I've got an unusual situation. Normally when you search a text index you are searching for a small number of keywords against documents with a larger number of terms.
例如,您可能搜索quick brown"并期望匹配the quick brown fox jumps over the lazy dog".
For example you might search for "quick brown" and expect to match "the quick brown fox jumps over the lazy dog".
I have the situation where I have lots of small phrases in my document store and I wish to match them against a larger query phrase.

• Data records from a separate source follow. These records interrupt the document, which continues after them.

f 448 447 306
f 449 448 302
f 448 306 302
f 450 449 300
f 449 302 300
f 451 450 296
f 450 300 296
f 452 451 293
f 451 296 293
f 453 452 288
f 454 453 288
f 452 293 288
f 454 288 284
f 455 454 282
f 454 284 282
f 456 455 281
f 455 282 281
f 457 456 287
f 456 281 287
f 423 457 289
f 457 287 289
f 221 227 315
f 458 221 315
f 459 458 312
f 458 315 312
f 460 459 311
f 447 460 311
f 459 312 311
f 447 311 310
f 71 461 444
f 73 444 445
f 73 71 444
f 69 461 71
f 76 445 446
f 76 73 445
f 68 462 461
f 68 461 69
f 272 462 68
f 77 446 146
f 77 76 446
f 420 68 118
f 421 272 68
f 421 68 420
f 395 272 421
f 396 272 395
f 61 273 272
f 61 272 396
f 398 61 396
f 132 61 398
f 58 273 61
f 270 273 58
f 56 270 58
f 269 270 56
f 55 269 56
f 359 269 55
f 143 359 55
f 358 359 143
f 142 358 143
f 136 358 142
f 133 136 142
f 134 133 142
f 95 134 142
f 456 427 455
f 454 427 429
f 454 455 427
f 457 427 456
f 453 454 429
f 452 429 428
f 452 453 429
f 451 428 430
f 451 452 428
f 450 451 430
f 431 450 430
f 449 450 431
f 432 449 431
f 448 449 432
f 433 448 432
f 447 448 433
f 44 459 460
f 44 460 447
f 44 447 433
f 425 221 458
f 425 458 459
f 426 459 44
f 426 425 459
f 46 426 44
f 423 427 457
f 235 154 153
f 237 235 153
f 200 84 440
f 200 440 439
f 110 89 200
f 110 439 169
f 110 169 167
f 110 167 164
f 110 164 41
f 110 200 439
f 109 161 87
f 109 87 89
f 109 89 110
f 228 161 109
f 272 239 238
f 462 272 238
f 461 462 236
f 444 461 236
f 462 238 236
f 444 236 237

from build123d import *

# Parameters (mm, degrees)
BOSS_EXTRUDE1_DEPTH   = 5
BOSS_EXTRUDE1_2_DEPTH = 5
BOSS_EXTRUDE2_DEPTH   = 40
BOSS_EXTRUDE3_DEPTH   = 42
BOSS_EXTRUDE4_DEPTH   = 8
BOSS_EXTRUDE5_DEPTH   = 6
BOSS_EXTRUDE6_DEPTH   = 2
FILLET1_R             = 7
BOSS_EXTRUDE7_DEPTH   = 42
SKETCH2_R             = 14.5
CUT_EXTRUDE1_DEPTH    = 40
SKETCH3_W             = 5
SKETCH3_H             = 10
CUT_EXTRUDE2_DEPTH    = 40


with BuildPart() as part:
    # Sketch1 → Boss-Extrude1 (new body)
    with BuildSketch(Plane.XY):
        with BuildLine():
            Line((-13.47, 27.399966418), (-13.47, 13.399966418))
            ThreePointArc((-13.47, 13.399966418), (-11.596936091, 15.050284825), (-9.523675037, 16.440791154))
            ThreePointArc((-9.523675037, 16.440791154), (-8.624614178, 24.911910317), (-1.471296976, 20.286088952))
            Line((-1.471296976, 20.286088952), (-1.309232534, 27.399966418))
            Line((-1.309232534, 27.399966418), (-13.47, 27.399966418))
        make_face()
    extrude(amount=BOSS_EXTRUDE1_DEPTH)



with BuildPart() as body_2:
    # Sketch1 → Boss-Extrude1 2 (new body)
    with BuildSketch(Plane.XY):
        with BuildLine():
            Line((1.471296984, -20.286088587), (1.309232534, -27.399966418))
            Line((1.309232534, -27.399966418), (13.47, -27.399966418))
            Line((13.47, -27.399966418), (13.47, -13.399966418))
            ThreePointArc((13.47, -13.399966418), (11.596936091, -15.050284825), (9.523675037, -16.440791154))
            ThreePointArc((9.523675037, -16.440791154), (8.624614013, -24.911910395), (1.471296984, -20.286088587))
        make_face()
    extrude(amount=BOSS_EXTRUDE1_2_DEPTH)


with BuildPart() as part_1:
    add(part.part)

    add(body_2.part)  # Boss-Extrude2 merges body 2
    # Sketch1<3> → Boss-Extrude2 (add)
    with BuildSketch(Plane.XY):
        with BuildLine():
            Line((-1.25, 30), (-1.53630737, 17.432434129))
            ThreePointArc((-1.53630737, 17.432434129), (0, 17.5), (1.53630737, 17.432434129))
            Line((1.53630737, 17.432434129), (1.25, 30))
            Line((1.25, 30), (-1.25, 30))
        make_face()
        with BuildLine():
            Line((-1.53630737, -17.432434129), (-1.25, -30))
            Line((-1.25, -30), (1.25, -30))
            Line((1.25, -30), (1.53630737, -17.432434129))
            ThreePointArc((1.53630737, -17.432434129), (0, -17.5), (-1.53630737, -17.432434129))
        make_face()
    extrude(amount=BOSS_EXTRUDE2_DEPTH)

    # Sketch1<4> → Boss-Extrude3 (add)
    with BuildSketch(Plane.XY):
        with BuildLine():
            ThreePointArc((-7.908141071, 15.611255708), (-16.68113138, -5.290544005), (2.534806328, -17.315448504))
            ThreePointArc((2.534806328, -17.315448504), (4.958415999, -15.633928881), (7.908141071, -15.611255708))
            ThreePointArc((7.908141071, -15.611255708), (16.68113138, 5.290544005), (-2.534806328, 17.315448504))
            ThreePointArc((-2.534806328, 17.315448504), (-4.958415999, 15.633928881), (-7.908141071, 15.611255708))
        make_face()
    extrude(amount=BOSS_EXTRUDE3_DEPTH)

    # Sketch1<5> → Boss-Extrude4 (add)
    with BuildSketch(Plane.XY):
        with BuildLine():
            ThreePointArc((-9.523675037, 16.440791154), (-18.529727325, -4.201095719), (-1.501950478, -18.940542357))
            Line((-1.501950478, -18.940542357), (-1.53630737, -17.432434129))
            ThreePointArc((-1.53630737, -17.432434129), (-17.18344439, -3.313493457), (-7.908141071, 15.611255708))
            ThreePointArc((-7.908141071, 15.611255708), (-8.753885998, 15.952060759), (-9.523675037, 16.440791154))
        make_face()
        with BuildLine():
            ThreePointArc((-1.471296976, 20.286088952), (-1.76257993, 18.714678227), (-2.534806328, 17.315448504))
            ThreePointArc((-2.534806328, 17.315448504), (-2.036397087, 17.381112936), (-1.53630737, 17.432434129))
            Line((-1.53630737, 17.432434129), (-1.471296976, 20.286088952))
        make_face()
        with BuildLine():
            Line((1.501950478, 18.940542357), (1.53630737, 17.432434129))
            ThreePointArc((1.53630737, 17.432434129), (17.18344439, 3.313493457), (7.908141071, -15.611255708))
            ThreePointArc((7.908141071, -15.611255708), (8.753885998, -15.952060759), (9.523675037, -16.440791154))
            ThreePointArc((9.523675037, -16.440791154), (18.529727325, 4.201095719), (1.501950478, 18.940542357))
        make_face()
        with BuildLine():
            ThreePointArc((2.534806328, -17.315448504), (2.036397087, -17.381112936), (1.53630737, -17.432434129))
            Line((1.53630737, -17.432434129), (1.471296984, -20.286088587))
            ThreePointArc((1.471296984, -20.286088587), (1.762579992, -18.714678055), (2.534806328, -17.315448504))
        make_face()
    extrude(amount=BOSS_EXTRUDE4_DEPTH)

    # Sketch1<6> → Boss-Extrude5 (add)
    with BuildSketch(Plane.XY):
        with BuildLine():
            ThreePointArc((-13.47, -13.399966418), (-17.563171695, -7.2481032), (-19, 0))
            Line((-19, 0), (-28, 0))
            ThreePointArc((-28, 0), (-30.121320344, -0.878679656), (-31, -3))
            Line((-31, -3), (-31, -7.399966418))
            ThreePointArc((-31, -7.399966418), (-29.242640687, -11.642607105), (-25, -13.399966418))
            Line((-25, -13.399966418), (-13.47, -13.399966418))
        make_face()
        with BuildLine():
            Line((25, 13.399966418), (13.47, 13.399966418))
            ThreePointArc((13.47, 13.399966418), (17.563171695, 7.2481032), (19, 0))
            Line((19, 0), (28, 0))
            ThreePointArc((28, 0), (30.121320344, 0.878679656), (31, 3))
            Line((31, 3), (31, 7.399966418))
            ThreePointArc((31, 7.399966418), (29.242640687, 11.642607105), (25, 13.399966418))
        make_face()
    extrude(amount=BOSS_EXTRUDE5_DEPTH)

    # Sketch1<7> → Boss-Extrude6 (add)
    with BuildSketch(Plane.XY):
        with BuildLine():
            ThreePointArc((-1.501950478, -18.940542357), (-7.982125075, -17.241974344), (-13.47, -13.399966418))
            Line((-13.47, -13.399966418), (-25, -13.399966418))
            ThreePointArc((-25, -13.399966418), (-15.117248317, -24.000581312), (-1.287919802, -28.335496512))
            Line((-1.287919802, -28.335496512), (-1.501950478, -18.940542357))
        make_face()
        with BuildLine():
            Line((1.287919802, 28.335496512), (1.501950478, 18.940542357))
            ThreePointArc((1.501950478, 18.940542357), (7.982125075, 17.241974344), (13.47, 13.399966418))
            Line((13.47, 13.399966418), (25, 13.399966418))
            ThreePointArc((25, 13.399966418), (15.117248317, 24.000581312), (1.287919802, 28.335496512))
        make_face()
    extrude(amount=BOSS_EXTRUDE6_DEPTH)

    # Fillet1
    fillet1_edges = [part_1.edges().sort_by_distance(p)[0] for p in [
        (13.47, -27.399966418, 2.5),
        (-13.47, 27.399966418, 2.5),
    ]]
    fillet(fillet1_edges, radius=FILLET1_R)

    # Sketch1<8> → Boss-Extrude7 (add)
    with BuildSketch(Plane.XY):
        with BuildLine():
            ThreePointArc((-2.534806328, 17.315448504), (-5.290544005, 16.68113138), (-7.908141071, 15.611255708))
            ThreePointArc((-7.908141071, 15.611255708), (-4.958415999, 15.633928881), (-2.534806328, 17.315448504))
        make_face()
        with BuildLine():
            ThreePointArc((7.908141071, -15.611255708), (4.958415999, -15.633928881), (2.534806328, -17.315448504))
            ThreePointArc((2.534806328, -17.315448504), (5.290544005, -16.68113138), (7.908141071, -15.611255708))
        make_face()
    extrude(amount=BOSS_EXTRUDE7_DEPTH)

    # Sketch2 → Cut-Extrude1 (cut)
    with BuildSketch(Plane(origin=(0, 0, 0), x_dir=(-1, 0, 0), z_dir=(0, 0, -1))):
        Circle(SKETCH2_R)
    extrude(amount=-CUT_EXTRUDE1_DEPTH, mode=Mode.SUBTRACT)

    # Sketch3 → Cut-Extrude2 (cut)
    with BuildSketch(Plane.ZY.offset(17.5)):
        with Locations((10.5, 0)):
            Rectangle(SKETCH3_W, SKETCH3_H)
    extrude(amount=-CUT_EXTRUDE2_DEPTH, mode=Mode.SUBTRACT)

For example if I have a query:
- 敏捷的棕狐跳过懒惰的狗"
- 快速棕色"
- 狐疑"
- 懒狗"
我想查找在查询中出现短语的文档.在这种情况下,quick brown"和lazy dog"(但不是fox over",因为尽管标记匹配,但它不是搜索字符串中的短语).
I'd like to find the documents that have a phrase that occurs in the query. In this case "quick brown" and "lazy dog" (but not "fox over" because although the tokens match it's not a phrase in the search string).
SOLR/lucene 可以进行这种查询吗?
Is this sort of query possible with SOLR/lucene?
听起来您想在分析中使用 ShingleFilter,以便索引单词二元组:所以在查询和索引时都添加 ShingleFilterFactory.
It sounds like you want to use ShingleFilter in your analysis, so that you index word bigrams: so add ShingleFilterFactory at both query and index time.
At index time your documents are then indexed as such:
- 快速棕色"-> quick_brown
- 狐狸"-> fox_over
- 懒狗"->lazy_dog
At query time your query becomes:
- "the quick brown fox jumps over the lazy dog" -> "the_quick quick_brown brown_fox fox_jumps jumps_over over_the_lazy lazy_dog"
这样还是不行,默认会形成词组查询.因此,在您的仅查询分析器中,在 ShingleFilterFactory 之后添加 PositionFilterFactory.这会展平"查询中的位置,以便查询解析器将输出视为同义词,这将产生一个带有这些子句的布尔查询(所有应该子句,所以它基本上是一个 OR 查询):
This is still no good, by default it will form a phrase query.So in your query analyzer only add PositionFilterFactory after the ShingleFilterFactory. This "flattens" the positions in the query so that the queryparser treats the output as synonyms, which will yield a booleanquery with these subs (all SHOULD clauses, so its basically an OR query):
- the_quick 或
- quick_brown 或
- brown_fox 或
- ...
this should be the most performant way, as then its really just a booleanquery of termqueries.